Während der Zeit in Strasbourg aber auch der in Wien, als sie für das Außenministerium gearbeitet hatte, hatte sie es immer von einem Ereignis zum Nächsten getrieben. Sensation seeking. Die Gier nach Neuem, nach Abwechslung ließ sie offensichtlich ihre Scheu vor Menschen verlieren, auch wenn sie am liebsten als distanzierte Beobachterin unterwegs war. Sie ging auf Menschen zu, um ihre Neugier zu befriedigen. Die neuen Freundinnen in Strasbourg oder die in Wien dienten ihr weniger zur Befriedigung eines Nähebedürfnisses, sondern in der Hauptsache, möglichst viel über sie und ihr Schicksal zu erfahren.
Aus Strasbourg – oder war es ihm vorher einfach nie aufgefallen – hatte sie eine eigene Form der Nörgelei mitgebracht, die sie wohl nicht als solche wahrnahm.
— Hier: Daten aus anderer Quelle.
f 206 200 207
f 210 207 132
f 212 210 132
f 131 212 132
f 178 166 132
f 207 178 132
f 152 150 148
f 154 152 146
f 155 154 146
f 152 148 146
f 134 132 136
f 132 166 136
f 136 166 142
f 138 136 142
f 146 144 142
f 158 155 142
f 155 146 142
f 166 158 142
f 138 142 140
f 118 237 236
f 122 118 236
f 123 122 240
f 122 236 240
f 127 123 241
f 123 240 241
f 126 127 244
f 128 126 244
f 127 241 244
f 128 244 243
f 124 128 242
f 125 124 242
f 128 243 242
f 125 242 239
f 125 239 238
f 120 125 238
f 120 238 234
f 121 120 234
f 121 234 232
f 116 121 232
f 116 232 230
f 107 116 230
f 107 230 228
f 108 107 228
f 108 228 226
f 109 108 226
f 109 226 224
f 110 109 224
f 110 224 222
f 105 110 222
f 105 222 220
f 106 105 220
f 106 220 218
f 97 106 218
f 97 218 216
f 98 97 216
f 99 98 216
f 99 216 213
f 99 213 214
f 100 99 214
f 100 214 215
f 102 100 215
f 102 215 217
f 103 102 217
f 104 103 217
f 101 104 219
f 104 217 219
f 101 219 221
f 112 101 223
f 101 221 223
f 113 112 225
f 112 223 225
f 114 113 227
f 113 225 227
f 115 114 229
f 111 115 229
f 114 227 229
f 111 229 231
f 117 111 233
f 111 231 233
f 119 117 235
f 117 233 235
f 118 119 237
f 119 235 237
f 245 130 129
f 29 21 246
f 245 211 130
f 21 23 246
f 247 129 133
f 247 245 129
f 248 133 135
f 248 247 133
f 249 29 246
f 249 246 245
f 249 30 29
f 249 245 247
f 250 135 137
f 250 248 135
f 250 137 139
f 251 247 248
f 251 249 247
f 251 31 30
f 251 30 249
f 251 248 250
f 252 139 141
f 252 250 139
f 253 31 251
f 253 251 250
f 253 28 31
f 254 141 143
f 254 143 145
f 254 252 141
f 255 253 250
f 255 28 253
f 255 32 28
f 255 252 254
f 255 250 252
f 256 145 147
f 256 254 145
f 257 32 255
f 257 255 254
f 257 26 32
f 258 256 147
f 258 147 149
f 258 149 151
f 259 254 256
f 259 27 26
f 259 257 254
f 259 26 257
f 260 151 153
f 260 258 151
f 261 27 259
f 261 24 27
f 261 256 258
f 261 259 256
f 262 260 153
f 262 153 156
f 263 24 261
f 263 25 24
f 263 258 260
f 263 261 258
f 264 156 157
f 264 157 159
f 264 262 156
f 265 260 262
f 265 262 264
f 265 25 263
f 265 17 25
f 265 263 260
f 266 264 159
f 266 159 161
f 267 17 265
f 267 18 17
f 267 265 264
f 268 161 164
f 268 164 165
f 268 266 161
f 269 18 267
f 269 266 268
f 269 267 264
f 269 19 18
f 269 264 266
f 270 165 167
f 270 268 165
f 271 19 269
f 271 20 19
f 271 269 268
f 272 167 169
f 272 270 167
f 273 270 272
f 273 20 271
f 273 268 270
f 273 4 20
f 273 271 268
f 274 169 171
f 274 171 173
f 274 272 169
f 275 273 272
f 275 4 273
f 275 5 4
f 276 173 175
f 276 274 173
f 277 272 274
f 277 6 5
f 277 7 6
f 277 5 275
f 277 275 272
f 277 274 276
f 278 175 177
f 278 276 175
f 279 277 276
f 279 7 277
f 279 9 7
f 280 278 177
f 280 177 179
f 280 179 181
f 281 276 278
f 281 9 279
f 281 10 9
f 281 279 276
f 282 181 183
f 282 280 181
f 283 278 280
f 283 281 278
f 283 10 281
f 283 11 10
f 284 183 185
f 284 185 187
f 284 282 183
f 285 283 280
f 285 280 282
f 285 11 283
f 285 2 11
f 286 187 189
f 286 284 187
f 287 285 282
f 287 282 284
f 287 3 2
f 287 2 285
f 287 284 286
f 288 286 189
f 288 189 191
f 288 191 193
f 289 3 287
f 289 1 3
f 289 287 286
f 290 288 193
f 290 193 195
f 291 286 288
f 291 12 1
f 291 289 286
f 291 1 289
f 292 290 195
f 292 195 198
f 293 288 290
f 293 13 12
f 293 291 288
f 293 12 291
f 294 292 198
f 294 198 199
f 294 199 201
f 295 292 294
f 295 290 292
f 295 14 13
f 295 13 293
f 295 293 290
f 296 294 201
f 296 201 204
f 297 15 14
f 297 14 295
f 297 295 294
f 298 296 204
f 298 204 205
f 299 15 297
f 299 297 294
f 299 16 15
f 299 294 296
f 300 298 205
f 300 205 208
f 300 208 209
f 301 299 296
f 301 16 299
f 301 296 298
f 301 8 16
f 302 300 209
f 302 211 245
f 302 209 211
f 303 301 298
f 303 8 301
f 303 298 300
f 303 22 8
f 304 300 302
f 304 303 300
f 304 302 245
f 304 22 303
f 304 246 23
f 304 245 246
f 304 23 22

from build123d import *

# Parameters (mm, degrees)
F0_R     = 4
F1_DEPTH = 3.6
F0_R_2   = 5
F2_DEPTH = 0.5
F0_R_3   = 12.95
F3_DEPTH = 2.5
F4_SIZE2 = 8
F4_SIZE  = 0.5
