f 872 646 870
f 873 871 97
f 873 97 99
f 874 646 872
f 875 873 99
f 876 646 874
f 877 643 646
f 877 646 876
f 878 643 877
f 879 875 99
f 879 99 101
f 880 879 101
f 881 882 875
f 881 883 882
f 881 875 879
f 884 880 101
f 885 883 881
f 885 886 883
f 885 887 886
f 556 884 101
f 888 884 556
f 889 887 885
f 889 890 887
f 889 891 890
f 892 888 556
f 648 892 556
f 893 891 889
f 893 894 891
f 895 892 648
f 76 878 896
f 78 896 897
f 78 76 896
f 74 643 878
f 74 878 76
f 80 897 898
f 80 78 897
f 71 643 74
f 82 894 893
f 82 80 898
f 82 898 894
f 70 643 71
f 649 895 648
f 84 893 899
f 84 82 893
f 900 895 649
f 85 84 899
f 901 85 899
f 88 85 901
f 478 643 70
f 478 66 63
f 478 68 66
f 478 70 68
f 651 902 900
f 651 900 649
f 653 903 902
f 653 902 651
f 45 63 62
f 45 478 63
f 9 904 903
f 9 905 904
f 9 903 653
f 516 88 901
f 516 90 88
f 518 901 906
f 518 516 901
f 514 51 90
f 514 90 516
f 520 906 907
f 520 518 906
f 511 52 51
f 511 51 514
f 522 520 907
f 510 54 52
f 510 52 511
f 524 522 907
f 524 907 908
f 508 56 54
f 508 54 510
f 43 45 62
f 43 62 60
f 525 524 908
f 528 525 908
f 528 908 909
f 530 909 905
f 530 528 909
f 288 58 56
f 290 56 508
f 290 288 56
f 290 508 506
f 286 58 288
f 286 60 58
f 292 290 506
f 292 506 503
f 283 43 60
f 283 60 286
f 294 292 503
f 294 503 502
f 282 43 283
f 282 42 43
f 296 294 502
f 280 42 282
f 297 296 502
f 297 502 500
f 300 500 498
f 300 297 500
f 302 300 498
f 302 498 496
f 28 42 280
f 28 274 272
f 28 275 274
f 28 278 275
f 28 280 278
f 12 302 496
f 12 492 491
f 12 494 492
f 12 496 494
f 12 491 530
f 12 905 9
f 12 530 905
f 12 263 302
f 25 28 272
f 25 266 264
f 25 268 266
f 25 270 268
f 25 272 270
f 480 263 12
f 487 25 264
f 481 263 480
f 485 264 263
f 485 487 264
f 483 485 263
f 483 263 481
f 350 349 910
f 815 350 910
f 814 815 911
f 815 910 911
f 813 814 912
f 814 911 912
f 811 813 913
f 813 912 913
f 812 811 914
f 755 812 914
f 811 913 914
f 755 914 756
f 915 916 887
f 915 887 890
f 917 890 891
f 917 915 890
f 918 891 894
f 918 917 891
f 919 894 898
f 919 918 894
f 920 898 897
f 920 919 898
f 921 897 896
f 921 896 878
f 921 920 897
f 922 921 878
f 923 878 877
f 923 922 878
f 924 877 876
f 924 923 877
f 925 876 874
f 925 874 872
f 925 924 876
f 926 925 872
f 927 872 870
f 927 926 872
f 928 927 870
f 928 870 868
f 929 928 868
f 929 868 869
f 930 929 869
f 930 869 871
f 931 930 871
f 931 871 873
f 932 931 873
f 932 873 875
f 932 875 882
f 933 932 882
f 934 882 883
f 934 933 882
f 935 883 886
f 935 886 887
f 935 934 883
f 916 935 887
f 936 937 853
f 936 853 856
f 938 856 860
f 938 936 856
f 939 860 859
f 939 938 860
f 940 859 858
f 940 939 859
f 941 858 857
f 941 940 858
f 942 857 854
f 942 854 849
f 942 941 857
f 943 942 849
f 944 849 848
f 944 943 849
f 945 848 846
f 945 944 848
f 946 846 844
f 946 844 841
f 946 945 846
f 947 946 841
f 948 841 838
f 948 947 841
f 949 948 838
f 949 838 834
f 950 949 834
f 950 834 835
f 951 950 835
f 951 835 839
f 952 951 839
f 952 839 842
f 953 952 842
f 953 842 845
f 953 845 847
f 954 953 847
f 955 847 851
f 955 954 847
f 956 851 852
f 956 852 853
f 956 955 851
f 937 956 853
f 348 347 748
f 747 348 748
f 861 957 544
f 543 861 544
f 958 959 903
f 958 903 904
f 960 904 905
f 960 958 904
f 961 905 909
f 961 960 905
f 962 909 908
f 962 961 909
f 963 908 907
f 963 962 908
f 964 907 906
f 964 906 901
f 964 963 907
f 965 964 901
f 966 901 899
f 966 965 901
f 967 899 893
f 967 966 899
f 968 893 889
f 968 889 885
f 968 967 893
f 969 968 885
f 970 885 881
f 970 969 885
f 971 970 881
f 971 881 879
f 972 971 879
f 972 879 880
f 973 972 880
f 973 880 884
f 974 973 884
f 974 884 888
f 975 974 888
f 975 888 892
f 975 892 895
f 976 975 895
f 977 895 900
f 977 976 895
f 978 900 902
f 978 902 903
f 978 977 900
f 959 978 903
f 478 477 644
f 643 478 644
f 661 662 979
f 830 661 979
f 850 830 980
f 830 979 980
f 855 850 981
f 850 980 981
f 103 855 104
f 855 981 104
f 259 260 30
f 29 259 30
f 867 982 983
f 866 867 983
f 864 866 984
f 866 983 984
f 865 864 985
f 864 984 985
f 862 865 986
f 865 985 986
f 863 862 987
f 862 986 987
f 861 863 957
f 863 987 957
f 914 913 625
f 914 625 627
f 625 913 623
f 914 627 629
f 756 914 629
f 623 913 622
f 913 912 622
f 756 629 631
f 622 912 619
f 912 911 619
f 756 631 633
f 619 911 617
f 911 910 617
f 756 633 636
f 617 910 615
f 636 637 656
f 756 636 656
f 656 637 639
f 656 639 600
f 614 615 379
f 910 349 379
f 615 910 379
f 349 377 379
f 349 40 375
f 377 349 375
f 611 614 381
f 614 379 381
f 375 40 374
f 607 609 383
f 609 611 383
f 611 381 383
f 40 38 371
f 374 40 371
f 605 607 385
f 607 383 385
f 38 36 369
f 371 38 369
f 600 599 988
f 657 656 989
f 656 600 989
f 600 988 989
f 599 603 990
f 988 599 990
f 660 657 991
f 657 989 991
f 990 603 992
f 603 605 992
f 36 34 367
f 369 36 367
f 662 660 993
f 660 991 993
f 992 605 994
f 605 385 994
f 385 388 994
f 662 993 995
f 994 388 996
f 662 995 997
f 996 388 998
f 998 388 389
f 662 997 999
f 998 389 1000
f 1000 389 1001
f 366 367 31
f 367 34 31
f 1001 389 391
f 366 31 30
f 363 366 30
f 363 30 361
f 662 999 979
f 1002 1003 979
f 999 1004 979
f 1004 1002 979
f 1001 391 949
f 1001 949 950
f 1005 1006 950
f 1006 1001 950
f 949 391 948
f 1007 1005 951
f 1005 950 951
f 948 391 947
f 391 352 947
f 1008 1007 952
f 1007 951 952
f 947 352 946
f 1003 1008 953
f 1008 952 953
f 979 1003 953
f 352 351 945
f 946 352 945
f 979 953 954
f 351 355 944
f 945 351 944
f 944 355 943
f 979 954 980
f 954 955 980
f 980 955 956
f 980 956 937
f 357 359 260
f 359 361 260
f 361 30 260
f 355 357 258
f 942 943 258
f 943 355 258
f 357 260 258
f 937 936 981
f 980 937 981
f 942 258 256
Das Nörgeln an anderen – besonders vertrauten – Menschen war ihm verhasst, denn es erinnerte ihn an den Tratsch der Frauen an der Bassena, die er als Kind mit anhören musste. Wenn eine der Frauen gegangen war, mit der sie zuerst noch freundlich geredet hatten, wurde diese zum Gesprächsthema.
Wie sie wohl über ihn redete?
Er tröstete sich allerdings damit, dass sie dieses Kritisieren anderer fast auf alle Menschen in ihrer Umgebung übertrug – mag es nun eine Freundin oder Arbeitskollegin sein, ein Kellner in einem Lokal oder sogar auf das Essen.
Nichts war perfekt.
Es gab Ausnahmen, vermutlich nur bei Menschen, die sie zu kurz kannte, um etwas Kritisierenswertes zu entdecken. Das war in ihrem langen Berufsleben als Psychologen häufig die Fragestellung, in einem Familiensystem mit Problemen die Schwachstellen zu entdecken, an denen man ansetzten konnte.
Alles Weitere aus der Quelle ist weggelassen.